Minimise, compress and cache the web application

To make loading the web application as quick as possible, we employ a number of techniques.

Minimisation - this is the automated rewriting of CSS and JavaScript
to use shorter variable names and strip comments and whitespace in
order to produce code that is smaller (and so quicker to download)
but works exactly the same. This is standard practice and we use
uglifyjs on all our code
Compression - This is again standard practice. We use gzip to
pre-compress all files and the nginx
gzip_static
extension so we can store the compressed files on disk and serve
them directly when a browser supports gzip (almost all of them).
This means we can immediately serve the file rather than having to
use CPU time to compress it for each download. It also means we can
use the maximum gzip compression level to squeeze out every extra
byte we can, as we only need to do the compression once rather than
many times.
Concatenation - we join together all code and data files for a
module into a single download. This includes not just javascript
code, but CSS styles, icons, fonts and other information encoded
into the javascript itself. This significantly reduces the number of
separate connections (which each require a SSL/TLS negotiation, TCP
window scale up to get to maximum speed, etc) and downloads, and
allows as much data as possible to be streamed in one go
Modularisation - we build our code into several core code blocks.
There is one main block for the application framework (something to
talk about in another post), and one block for each part of the
application (e.g. mailbox, contacts, calendar, settings, etc). So
loading the mailbox application requires downloading a few files;
the bootstrap loader, the application framework, the mailbox
application and some localisation data. No styles, images, fonts or
other content are needed.
Caching - each file downloaded includes a hash code of the content
in the filename. We store the content of each file in the browser’s
local storage area. This makes
it easy for us to see if we already have any particular application
file downloaded. If we do, we don’t even have to request it from the
server, we can just load it directly from the browser local storage.

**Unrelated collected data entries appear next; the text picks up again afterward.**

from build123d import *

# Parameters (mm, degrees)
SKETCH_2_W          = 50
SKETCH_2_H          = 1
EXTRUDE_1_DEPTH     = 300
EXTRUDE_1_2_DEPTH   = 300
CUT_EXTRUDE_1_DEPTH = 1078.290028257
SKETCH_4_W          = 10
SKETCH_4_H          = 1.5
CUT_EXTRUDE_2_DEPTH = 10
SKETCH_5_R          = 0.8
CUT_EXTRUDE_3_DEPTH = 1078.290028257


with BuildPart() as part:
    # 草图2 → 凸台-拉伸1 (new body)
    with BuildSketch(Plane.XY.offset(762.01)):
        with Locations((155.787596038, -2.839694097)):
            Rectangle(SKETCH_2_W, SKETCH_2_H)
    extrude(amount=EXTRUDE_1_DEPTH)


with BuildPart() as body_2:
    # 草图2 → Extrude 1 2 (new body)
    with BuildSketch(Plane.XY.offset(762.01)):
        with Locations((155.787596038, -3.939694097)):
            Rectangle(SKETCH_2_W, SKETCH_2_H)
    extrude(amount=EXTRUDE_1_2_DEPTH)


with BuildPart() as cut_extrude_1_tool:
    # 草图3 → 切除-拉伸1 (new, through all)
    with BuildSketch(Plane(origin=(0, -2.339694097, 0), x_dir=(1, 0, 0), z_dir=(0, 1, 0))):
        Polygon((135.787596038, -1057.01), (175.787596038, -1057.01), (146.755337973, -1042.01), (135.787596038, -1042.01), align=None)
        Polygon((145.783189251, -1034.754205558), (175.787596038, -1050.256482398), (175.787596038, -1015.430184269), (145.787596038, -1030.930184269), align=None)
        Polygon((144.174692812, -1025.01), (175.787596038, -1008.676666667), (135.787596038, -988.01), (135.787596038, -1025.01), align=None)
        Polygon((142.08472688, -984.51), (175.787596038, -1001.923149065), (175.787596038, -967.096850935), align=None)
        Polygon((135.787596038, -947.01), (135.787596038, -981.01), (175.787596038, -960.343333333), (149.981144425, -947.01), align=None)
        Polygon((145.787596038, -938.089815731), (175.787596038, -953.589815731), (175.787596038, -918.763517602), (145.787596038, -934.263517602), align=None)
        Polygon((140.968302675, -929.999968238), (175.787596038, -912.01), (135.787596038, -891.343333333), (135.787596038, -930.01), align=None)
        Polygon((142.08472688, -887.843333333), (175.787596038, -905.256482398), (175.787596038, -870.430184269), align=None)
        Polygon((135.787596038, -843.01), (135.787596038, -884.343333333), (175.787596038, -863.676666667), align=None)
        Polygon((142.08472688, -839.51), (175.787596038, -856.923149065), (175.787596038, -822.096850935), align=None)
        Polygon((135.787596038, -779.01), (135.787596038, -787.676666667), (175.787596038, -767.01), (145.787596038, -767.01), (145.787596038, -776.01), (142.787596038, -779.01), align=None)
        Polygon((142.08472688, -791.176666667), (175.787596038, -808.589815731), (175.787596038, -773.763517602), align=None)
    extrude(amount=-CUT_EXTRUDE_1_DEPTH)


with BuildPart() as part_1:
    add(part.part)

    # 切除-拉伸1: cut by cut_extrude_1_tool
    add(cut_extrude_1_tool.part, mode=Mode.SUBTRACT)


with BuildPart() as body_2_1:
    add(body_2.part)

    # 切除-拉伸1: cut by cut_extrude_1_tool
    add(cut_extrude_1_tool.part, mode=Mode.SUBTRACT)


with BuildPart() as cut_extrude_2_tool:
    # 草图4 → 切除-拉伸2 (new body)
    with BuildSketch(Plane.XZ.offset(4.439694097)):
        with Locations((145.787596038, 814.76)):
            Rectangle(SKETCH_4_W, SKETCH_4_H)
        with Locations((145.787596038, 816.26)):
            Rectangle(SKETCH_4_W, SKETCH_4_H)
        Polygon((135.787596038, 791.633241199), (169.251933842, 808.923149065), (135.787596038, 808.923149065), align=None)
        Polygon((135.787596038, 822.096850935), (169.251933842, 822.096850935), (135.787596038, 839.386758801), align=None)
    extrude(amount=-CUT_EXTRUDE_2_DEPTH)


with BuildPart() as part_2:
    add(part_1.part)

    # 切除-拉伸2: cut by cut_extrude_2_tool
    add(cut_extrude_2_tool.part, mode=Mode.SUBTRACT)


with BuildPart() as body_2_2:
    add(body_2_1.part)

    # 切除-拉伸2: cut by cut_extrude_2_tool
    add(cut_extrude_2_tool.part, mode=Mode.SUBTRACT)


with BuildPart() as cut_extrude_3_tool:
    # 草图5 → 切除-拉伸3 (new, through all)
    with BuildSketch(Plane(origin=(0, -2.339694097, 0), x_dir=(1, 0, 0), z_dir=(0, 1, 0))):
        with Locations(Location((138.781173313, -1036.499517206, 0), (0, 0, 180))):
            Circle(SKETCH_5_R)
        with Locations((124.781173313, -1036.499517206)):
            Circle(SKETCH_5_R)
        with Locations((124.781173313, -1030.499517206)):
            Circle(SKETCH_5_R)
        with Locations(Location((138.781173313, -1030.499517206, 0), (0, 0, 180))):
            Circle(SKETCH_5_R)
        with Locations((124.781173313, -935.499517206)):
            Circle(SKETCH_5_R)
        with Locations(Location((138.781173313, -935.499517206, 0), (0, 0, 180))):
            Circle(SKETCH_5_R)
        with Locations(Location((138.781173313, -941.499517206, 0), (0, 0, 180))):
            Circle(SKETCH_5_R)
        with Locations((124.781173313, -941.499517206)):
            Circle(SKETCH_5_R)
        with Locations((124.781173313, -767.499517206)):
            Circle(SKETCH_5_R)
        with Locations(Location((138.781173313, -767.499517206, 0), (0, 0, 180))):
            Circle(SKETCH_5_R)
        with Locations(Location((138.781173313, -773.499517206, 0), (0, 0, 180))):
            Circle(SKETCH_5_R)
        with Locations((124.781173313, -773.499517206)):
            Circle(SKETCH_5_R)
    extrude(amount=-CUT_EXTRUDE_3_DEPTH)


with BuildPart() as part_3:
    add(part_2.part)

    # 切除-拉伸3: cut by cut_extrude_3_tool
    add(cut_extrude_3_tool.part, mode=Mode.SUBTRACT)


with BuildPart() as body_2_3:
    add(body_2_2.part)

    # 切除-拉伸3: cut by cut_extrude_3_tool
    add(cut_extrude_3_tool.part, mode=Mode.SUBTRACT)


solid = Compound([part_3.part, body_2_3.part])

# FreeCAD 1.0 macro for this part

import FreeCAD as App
import Part
import Sketcher

V = App.Vector
Q = App.Units.Quantity

doc = App.newDocument("Part")
body = doc.addObject("PartDesign::Body", "Body")

# Sketch on XY plane
sketch1 = body.newObject("Sketcher::SketchObject", "Sketch")
sketch1.AttachmentSupport = (doc.getObject("XY_Plane"), [""])
sketch1.MapMode = "FlatFace"
sketch1.AttachmentOffset = App.Placement(V(0, 0, 762.01), App.Rotation())
sketch1.addGeometry([
    Part.LineSegment(V(130.8, -2.3, 0), V(130.8, -3.3, 0)),
    Part.LineSegment(V(130.8, -3.3, 0), V(180.8, -3.3, 0)),
    Part.LineSegment(V(180.8, -3.3, 0), V(180.8, -2.3, 0)),
    Part.LineSegment(V(180.8, -2.3, 0), V(130.8, -2.3, 0)),
], False)
sketch1.addConstraint([
    Sketcher.Constraint("Coincident", 0, 2, 1, 1),
    Sketcher.Constraint("Coincident", 1, 2, 2, 1),
    Sketcher.Constraint("Coincident", 2, 2, 3, 1),
    Sketcher.Constraint("Coincident", 3, 2, 0, 1),
    Sketcher.Constraint("Vertical", 0),
    Sketcher.Constraint("Horizontal", 1),
    Sketcher.Constraint("Vertical", 2),
    Sketcher.Constraint("Horizontal", 3),
    Sketcher.Constraint("DistanceX", 1, 1, 1, 2, 50.0),
    Sketcher.Constraint("DistanceY", 0, 2, 0, 1, 1.0),
    Sketcher.Constraint("DistanceX", -1, 1, 0, 2, 130.787596),
    Sketcher.Constraint("DistanceY", 0, 2, -1, 1, 3.339694),
])
pad1 = body.newObject("PartDesign::Pad", "Pad")
pad1.Profile = sketch1
pad1.Length = 300
body2 = doc.addObject("PartDesign::Body", "Body001")

# Sketch on XY plane
sketch2 = body2.newObject("Sketcher::SketchObject", "Sketch001")
sketch2.AttachmentSupport = (doc.getObject("XY_Plane001"), [""])
sketch2.MapMode = "FlatFace"
sketch2.AttachmentOffset = App.Placement(V(0, 0, 762.01), App.Rotation())
sketch2.addGeometry([
    Part.LineSegment(V(130.8, -3.4, 0), V(130.8, -4.4, 0)),
    Part.LineSegment(V(130.8, -4.4, 0), V(180.8, -4.4, 0)),
    Part.LineSegment(V(180.8, -4.4, 0), V(180.8, -3.4, 0)),
    Part.LineSegment(V(180.8, -3.4, 0), V(130.8, -3.4, 0)),
], False)
sketch2.addConstraint([
    Sketcher.Constraint("Coincident", 0, 2, 1, 1),
    Sketcher.Constraint("Coincident", 1, 2, 2, 1),
    Sketcher.Constraint("Coincident", 2, 2, 3, 1),
    Sketcher.Constraint("Coincident", 3, 2, 0, 1),
    Sketcher.Constraint("Vertical", 0),
    Sketcher.Constraint("Horizontal", 1),
    Sketcher.Constraint("Vertical", 2),
    Sketcher.Constraint("Horizontal", 3),
    Sketcher.Constraint("DistanceX", 1, 1, 1, 2, 50.0),
    Sketcher.Constraint("DistanceY", 0, 2, 0, 1, 1.0),
    Sketcher.Constraint("DistanceX", -1, 1, 0, 2, 130.787596),
    Sketcher.Constraint("DistanceY", 0, 2, -1, 1, 4.439694),
])
pad2 = body2.newObject("PartDesign::Pad", "Pad001")
pad2.Profile = sketch2
pad2.Length = 300
body3 = doc.addObject("PartDesign::Body", "Body002")
body3.AllowCompound = True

Multiple API calls in each request

The API the client uses to talk to the server is based on a JSON protocol. It’s not an HTTP based RESTful type API.

The advantage of this is that we can send multiple commands in a single call to the server. This avoids multiple round trips back and forth to request data, which significantly slows things down on high latency connections (e.g. mobile devices, people a long way away from the server, etc).

For instance, our web client requests the users preferences, a list of user personalities, a list of user mailbox folders, all mailbox folder message/conversation counts, a list of user saved searches, the initial Inbox mailbox message/conversation list, and the users overall mailbox quota state, all in a single call to the server. The server can gather all this data together in one go, and return it to the client in a single call result.

Pre-calculate as much as possible

Certain pieces of data can be expensive to calculate. One significant example of this is message previews. Message meta data/headers such as the From address, Subject, etc are stored in a separate “cache” file in Cyrus (our IMAP server) and are thus quicker to access, but each message body is stored in its own separate file. This means that generating the previews for 20 messages would normally involve opening 20 separate files, reading and parsing out the right bits, etc.

To avoid this, we calculate a preview of each message when it’s delivered to the mailbox using an annotator process, and store that in a separate annotation database.

So fetching the preview for 20 messages now only requires reading from a single database file, and we can start pre-loading that file immediately after login as well.

There’s no one single thing that makes FastMail fast, it’s a combination of features, and we’re always working to tune those features even more to make the FastMail experience as fast as possible. When you call yourself FastMail, you’re really signalling one of your core features in the name, and that means we have to always think about it in everything we do.